Government, of course, is also a major component (in America, about 13%) of GDP, but its activity really amounts to recycling taxpayers’ money. This 13% component isn’t the same as total public expenditures, by the way, because those include a lot of activity which simply transfers money between taxpayers and the recipients of benefits. Actual activity by government increased by $272bn between 2006 and 2016, accounting for 12% of all growth between those years. This alone is telling since, together, activity in manufacturing, construction, farming and the extractive industries added nothing at all to GDP over that period.

Before we move on from the numbers, the following table summarises contributions to growth in American GDP between 2006 and 2016.

#117 US GMO and ICS 2006-16jpg_Page1

A misleading confection

As we’ve seen, then, almost all (93%) of growth in the GDP of the United States over the last decade has come from services which Americans can sell only to each other.  It must be stressed that the US is by no means unique in this. Rather, America has been used here as an example, because of the importance of its economy, and because of the exceptional availability of economic data.

The picture in other developed economies is pretty similar, with ICS activities (such as finance, real estate and government) contributing even more to growth in Britain, where manufacturing output is barely 9% of output, compared with 12% in the United States, and almost 18% in the Euro area.

What emerges is an economy which produces very little that can be offered to overseas customers at world market prices. The bulk of the economy – in the United States, 80% – consists of services which people provide to each other, either privately or through the government.
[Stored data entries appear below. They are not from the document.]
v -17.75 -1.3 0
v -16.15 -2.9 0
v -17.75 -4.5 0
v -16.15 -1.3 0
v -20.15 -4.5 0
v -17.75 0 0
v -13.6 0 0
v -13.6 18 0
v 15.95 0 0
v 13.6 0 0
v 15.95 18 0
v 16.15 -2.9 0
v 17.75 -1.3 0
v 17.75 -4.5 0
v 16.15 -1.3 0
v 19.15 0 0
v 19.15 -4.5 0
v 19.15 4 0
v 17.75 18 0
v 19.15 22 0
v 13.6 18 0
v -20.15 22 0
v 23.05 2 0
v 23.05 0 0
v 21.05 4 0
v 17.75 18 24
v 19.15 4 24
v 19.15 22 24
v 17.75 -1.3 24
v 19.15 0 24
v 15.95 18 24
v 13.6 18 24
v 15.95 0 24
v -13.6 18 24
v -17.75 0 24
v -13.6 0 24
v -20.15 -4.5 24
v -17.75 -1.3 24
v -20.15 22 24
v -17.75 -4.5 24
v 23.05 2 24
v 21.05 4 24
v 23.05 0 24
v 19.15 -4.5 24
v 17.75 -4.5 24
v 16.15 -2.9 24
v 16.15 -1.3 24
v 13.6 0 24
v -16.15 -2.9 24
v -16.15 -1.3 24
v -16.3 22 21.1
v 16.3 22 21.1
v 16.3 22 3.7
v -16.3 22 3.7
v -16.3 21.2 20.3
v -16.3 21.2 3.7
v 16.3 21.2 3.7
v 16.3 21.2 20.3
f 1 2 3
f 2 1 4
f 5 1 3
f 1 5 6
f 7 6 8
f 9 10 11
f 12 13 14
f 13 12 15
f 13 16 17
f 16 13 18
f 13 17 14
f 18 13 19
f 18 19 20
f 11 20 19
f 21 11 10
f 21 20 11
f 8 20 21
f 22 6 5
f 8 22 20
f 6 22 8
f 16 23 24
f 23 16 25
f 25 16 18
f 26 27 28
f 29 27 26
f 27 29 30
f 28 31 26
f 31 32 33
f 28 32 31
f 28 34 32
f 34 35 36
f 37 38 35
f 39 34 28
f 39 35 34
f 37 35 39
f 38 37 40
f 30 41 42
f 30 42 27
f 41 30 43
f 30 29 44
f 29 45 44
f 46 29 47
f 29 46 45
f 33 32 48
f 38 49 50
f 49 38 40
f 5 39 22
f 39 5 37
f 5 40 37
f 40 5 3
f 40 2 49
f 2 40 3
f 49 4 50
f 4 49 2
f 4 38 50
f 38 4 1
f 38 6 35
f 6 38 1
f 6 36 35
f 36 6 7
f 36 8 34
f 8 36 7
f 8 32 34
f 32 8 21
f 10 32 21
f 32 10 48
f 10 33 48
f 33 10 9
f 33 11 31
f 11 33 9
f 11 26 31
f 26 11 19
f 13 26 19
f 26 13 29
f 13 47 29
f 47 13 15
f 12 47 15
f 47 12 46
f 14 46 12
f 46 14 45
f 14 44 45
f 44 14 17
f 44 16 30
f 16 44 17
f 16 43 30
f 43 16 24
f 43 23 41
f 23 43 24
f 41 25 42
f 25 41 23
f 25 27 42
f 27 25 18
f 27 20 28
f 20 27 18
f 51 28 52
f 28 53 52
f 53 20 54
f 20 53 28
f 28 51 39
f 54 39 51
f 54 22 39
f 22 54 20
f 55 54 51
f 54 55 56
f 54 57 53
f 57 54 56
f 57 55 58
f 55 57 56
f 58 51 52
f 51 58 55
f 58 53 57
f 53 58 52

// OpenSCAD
// DIN rail label holder with a recessed bed for an adhesive paper label.
// PETG recommended. Print exactly as shown, flat cross-section on Z=0;
// no supports, 0.2 mm layers, at least 4 perimeters, latch gap kept clear.
// Apply a label to the front recess (normal to Y). Default label: 32 x 16 mm.
// A 45-degree pocket roof avoids an unsupported lip in this orientation.
// Fits TS35 / EN 60715 / IEC 60715 top-hat rail, 7.5 or 15 mm deep.
// Default interface: 35 mm overall, 1 mm flange; rail_inner locates the seats.
// Depth does not enter the fit: only the outer flange edges are gripped.
// For 1.5 mm sheet (e.g. TS35 x 15), set flange_thickness = 1.5.
// Nominal fit: 0.30 mm TOTAL slot play, 0.25 mm at each outer edge,
// and 1.35 mm retaining overlap per lip (hook_overlap - edge_clearance).
// The beam deflects during engagement; the seated rail has clearance,
// not spring preload. Use rail end stops where sliding must be prevented.
// Checked on the dev server with separate 7.5/1 and 15/1.5 mm rail sections;
// geometry checks do not establish printed spring strength or fatigue life.
// Hook the rigid left lip first, then press the right ramp over the rail.
// Pull the right-hand tab outward to release; do not bend the whole carrier.
// Original geometry; fit-test the clip before fitting electronics.
// Rail references:
// https://eshop.weidmueller.com/en/ts-35x7-5ll-1mstzn/p/0514510000
// https://assets.dam.weidmueller.com/assets/api/ab2b4e3c-189d-4eae-b435-7c5a77e1ac25/Original/MB_BUILDING_EN_2025_WEB.pdf

/* [Label] */
label_width = 32; // Adhesive label width across rail, mm [24:1:34]
label_height = 16; // Adhesive label height along rail, mm [10:1:18]
recess_depth = 0.8; // Label recess into the mounting face, mm [0.4:0.2:1.2]
label_clearance = 0.3; // Clearance around label edges, mm [0.2:0.1:0.4]

/* [Rail fit] */
rail_width = 35; // Outside flange width, mm [34.8:0.1:35.2]
rail_inner = 25; // Seat-position reference; need not match the rail web, mm [24:0.5:27]
flange_thickness = 1; // Measured sheet thickness, mm [1:0.1:1.5]
fit_clearance = 0.3; // Total flange slot clearance, mm [0.2:0.05:0.4]
edge_clearance = 0.25; // Clearance at each outer rail edge, mm [0.2:0.05:0.4]
spring_wall = 1.4; // Flexible beam thickness, mm [1.2:0.1:1.6]
spring_length = 18; // Beam root distance above the rail face, mm [18:1:24]
hook_overlap = 1.6; // Tooth reach inward from the side wall, mm [1.4:0.1:1.8]
clip_width = 24; // Contact length along the rail, mm [24:2:32]
bridge_thickness = 4; // Front mounting bridge thickness, mm [3:0.5:5]

/* [Hidden] */
$fn = 24; // Facets per circular hole / standoff
cut_extra = 0.1; // Boolean cutter overlap, mm
rigid_wall = 2.4; // Rigid hook side wall thickness, mm
tooth_thickness = 1.6; // Minimum retaining lip thickness, mm
seat_gap = 1.8; // Air gap beside the spring, mm
edge = rail_width/2 + edge_clearance; // Outer side-wall datum, mm
slot = flange_thickness + fit_clearance; // Flange capture slot height, mm
front = spring_length + bridge_thickness; // Mounting face Y coordinate, mm
seat_inner = rail_inner/2 + 1.1; // Keep seats outside the inner opening, mm
seat_outer = edge - seat_gap; // Spring-side rigid seat outer edge, mm

// Cross-section lies in XY. Rail length is Z; rail front is Y=0.
// All material below Y=0 stays within the outer 1.8 mm of each flange.
// The independent right beam flexes in XY, along continuous print layers.
module clip_profile() {
    union() {
        translate([-edge-rigid_wall,spring_length])
            square([2*edge+rigid_wall+spring_wall,bridge_thickness]);
        // Rigid side and the left flange's front seat.
        translate([-edge-rigid_wall,0])
            square([edge+rigid_wall-seat_inner,spring_length+0.1]);
        polygon([[-edge-rigid_wall,0],[-edge,0],[-edge,-slot],
                 [-edge+hook_overlap,-slot],
                 [-edge+hook_overlap,-slot-tooth_thickness],
                 [-edge,-slot-tooth_thickness-hook_overlap],
                 [-edge-rigid_wall,-slot-tooth_thickness-hook_overlap]]);
        // Right seat is separated from the beam all the way to its root.
        translate([seat_inner,0])
            square([seat_outer-seat_inner,spring_length+0.1]);
        polygon([[edge,-slot-tooth_thickness-hook_overlap],
                 [edge+spring_wall,-slot-tooth_thickness-hook_overlap],
                 [edge+spring_wall,spring_length+0.1],
                 [edge,spring_length+0.1],[edge,-slot],
                 [edge-hook_overlap,-slot],
                 [edge-hook_overlap,-slot-tooth_thickness]]);
        // Solid thumb / screwdriver tab, with a chamfered outside corner.
        translate([edge+spring_wall-0.1,0])
            polygon([[0,0],[4,0],[4,2],[2,4],[0,4]]);
    }
}

// The cutter is drawn in its local (Y,Z) plane and extruded across X.
// The top rises toward the front at 45 degrees, so each new layer is supported.
module label_pocket() {
    pocket_half = (label_width+2*label_clearance)/2;
    bottom = (clip_width-label_height)/2-label_clearance;
    top = (clip_width+label_height)/2+label_clearance;
    translate([-pocket_half,0,0])
        rotate([90,0,90])
            linear_extrude(2*pocket_half)
                polygon([[front-recess_depth,bottom],
                         [front+cut_extra,bottom],
                         [front+cut_extra,top+recess_depth+cut_extra],
                         [front-recess_depth,top]]);
}

color("#f0965a") difference() {
    linear_extrude(clip_width) clip_profile();
    label_pocket();
}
Within this ICS component there are further question-marks, most notably over “imputed” output dreamed up by statisticians, and over financial and real estate services which, whilst dwarfing activities like manufacturing, are of limited value-adding capability.

Together with this goes the important observation that there are two distinctive pricing mechanisms at work. One-fifth of American output is “hard” priced by international markets, whilst the remaining four-fifths are priced locally, in a way that is both “soft” and residual. In an era of ultra-cheap money, we are entitled to question the relationship between hard and soft pricing.

All of this, of course, is on top of our understanding that “growth” is being created by spending borrowed money, and by unwinding (through ZIRP) collective provision for the future.

We can summarise the situation like this. Essentially, we in the West are deluding ourselves about how much value our economies are really adding, because much of what we do is residual activity, delivering output that cannot be marketed at prices set by world markets.

Even as they grow – courtesy of mortgaging the future – Western economies are taking themselves ever further down the gradient of added value.

You might think, considering this, that we are in a self-delusional state that isn’t sustainable. If you did think that, you’d be right.

 

 

 

61 thoughts on “#117: Candyfloss economics

  1. Hi Tim another excellent and informative post. I like your use of the term ‘added value’ because that’s how I was described in 1998 managerial jargon – Donald has come to us and will add value to the section. (They promptly made someone redundant and my workload doubled)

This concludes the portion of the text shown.